Perhaps he needs to tune it, turn on and drop out for a day.
LSD is also a generational drug. It's fun to fiddle with your neurology when you're in your teens or 20s. As you grow up it becomes less enticing. The babyboomers outgrew LSD, and their kids aren't interested in doing old people's drugs. And then there's also the appeal of novelty drugs -- witness Ecstacy's late-90s boomtimes, followed by its current decline. Yes, seasons change, feelings change, diapers change, but through it all, there's good old booze 'n weed. Dear sweet booze 'n weed.
Seth, not only do I endorse your words as a blood brother, but I would like to start a campaign for booze and weed grants to artists.
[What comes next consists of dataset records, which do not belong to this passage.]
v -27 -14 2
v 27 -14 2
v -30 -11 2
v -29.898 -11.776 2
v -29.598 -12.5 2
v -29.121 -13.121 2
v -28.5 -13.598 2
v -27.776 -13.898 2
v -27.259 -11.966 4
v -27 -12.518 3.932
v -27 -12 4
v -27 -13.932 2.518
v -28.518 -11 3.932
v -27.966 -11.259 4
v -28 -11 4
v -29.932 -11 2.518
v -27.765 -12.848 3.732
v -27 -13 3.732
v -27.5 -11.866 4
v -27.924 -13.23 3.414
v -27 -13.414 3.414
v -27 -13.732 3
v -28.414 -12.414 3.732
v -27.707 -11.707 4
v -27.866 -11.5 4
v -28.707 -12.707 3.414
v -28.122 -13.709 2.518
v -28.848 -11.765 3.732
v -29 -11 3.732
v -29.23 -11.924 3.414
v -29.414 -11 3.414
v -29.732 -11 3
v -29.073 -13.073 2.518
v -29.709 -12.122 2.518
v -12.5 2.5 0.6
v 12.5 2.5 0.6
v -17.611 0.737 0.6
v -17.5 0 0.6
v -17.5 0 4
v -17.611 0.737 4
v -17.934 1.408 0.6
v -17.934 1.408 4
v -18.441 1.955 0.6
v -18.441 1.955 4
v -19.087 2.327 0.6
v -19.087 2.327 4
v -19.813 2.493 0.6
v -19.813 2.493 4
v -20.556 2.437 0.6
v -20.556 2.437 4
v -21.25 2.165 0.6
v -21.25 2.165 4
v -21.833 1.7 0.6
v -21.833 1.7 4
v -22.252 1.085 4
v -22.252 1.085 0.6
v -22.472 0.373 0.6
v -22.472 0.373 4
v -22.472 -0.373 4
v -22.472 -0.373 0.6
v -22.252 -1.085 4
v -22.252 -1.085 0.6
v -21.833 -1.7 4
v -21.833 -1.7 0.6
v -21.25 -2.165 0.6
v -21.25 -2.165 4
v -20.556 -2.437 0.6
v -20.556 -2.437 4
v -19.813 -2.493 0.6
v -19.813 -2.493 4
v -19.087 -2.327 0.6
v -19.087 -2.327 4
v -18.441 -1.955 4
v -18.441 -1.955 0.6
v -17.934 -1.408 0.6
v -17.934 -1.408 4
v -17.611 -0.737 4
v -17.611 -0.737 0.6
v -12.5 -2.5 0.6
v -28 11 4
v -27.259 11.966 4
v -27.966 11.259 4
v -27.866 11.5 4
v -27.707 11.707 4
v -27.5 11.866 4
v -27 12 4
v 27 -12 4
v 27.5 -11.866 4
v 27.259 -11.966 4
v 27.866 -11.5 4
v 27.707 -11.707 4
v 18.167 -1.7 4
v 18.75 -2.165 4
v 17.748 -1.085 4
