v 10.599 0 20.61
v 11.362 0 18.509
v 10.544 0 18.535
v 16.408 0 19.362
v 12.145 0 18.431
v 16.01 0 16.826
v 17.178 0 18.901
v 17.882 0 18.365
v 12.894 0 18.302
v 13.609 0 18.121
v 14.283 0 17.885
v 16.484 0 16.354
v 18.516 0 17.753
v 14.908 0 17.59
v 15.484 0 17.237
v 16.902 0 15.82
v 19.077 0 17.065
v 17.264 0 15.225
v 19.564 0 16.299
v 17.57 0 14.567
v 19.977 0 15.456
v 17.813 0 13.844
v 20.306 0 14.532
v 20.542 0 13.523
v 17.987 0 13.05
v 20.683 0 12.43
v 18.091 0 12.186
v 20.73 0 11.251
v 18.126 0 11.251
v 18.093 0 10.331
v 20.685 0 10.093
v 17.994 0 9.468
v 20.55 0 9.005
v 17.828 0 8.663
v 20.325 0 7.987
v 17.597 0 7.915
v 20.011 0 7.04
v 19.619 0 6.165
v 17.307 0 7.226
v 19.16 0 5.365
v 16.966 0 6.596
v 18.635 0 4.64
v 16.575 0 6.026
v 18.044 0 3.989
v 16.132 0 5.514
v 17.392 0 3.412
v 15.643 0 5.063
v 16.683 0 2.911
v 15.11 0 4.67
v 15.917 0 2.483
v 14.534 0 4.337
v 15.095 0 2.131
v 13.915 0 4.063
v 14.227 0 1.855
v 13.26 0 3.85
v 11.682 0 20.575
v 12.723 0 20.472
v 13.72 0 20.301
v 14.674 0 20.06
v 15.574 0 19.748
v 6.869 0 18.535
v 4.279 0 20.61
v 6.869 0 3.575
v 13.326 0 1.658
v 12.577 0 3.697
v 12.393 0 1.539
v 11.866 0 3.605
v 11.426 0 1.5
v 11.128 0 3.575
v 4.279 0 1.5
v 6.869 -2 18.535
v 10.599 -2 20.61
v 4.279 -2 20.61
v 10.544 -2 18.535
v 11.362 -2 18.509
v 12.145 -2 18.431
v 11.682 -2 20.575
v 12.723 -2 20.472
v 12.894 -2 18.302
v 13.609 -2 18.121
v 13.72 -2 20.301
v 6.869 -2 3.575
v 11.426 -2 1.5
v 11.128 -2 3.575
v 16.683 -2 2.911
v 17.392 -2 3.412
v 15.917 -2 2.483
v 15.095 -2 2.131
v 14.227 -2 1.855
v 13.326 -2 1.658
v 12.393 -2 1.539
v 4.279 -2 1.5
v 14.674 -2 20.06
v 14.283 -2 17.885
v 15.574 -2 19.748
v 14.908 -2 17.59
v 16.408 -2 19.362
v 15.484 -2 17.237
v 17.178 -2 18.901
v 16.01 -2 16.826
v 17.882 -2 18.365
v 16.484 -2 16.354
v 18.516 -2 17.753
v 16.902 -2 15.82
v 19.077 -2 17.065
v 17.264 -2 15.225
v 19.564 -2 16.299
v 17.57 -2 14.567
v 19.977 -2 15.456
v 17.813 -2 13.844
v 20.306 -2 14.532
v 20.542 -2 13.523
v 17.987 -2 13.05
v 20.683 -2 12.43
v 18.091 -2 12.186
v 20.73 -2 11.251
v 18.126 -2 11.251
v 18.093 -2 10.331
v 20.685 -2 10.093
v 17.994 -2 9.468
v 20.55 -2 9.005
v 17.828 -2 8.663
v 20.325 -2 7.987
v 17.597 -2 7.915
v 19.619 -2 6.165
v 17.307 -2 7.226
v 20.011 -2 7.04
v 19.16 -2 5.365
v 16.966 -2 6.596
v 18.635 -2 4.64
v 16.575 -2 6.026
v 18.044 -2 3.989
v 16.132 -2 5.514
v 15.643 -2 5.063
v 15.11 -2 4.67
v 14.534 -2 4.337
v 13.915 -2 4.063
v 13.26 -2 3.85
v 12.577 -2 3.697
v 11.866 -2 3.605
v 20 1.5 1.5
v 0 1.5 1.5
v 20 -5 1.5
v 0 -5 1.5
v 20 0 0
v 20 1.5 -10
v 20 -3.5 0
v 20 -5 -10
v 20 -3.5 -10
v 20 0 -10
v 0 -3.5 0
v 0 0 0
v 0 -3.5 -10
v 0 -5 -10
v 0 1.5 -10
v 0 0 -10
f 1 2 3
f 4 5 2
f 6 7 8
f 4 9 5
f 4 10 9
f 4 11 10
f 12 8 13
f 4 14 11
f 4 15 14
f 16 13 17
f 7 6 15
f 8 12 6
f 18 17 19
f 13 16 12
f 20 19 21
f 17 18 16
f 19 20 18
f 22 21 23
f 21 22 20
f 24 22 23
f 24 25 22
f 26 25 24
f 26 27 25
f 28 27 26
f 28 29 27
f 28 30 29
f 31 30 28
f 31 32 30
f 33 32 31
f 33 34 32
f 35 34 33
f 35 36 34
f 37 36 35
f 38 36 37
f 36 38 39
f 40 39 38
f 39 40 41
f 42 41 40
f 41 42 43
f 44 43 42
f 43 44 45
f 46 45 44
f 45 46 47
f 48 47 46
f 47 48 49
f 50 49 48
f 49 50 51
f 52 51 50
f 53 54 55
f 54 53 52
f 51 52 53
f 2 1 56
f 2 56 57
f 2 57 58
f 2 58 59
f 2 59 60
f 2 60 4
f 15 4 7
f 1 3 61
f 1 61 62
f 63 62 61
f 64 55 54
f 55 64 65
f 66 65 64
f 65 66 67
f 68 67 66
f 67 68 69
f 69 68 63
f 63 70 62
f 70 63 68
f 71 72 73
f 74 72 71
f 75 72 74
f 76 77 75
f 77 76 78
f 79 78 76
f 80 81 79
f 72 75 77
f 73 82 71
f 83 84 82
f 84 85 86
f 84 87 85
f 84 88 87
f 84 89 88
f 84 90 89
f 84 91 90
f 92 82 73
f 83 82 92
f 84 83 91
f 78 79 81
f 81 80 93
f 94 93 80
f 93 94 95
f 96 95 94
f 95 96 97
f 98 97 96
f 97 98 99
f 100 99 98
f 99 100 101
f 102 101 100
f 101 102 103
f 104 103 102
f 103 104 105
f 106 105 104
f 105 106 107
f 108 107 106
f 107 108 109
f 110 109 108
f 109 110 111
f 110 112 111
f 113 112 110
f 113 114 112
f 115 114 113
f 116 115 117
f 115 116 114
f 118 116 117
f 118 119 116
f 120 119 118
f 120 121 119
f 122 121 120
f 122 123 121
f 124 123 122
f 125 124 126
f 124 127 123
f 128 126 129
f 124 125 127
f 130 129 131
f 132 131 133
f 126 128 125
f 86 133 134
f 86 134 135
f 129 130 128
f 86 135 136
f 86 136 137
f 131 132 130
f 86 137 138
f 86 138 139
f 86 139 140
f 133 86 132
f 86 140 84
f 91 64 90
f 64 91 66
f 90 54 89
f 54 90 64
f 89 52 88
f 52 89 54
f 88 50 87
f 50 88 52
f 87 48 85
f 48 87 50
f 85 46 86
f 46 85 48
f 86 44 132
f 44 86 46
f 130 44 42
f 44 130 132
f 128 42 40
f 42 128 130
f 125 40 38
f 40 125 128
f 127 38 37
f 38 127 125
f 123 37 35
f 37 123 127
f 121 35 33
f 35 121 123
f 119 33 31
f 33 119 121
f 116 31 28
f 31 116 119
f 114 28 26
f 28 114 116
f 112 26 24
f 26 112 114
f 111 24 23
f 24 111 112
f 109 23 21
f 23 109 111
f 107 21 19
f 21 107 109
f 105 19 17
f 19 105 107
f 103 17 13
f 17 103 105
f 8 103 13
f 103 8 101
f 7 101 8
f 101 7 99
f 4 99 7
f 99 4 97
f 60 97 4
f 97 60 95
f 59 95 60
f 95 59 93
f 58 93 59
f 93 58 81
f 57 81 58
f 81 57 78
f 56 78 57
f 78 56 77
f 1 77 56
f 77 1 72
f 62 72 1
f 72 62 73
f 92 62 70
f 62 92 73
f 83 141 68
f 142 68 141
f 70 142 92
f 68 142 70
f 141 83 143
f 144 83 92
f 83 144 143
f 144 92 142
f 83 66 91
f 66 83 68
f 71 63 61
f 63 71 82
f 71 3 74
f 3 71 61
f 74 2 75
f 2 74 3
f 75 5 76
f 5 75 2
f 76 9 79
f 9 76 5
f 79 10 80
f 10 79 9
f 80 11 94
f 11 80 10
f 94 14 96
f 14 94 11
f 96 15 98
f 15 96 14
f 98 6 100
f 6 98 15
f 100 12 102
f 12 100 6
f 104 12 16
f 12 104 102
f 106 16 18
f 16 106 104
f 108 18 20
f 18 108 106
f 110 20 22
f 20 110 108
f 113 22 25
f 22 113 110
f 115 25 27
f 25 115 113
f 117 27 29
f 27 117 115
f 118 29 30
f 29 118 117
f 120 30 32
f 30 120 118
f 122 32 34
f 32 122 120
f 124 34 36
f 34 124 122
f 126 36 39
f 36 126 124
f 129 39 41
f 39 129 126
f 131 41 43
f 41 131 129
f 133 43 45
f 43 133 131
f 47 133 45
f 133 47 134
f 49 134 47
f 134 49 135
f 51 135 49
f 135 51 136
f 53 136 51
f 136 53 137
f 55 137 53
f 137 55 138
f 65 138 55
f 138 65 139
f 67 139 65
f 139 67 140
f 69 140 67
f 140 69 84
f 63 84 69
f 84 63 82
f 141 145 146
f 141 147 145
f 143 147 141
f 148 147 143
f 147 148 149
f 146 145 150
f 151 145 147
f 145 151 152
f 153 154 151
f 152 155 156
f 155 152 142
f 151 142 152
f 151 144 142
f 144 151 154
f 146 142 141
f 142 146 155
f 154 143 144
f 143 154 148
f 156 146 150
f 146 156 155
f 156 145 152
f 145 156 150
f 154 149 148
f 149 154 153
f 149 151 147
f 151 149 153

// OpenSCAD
length=20;
thickness=1.5;
// gap


// 3.5mm gap, 10mm hooks


rotate([90, 0, 0])
translate([2, 1.5, 0])
linear_extrude(height=2)
    text("D", 20, "Arial");


translate([0, -5, 0])
cube([length, 6.5, thickness]);

translate([0, 0, -10])
cube([length, thickness, 10]);

translate([0, -3.5 -thickness, -10])
cube([length, thickness, 10]);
We all know that art in the U.S. would simply collapse without those two items, but at the moment tequilla is getting outrageously expensive, ditto your imported beers, and the quarter bag is now the fifty dollar bag. Hollywood has done its part to support these things, but where the NEA? Still off chasing the yams up Karen Findley's grandma's rectum, that's where.
But roger, drugs turn you into the sort of person who will grope a head of government with cameras rolling!
That is an excellent reason to avoid them. You don't want to end up at a G8 conference fondling Angela Merkel, do you?
I didn't think so.
Winn, I was unaware of the back rub thing until I read your comment. But let's not blame fun drugs for the peculiar chemistry of Bush's brain! I think just one drug did it -- it is called money. Too much money. He could be a decent guy if he was stripped of all his power and money, given some straw sandals and a loin cloth, and set down in the Sonora desert. I'm sure of it.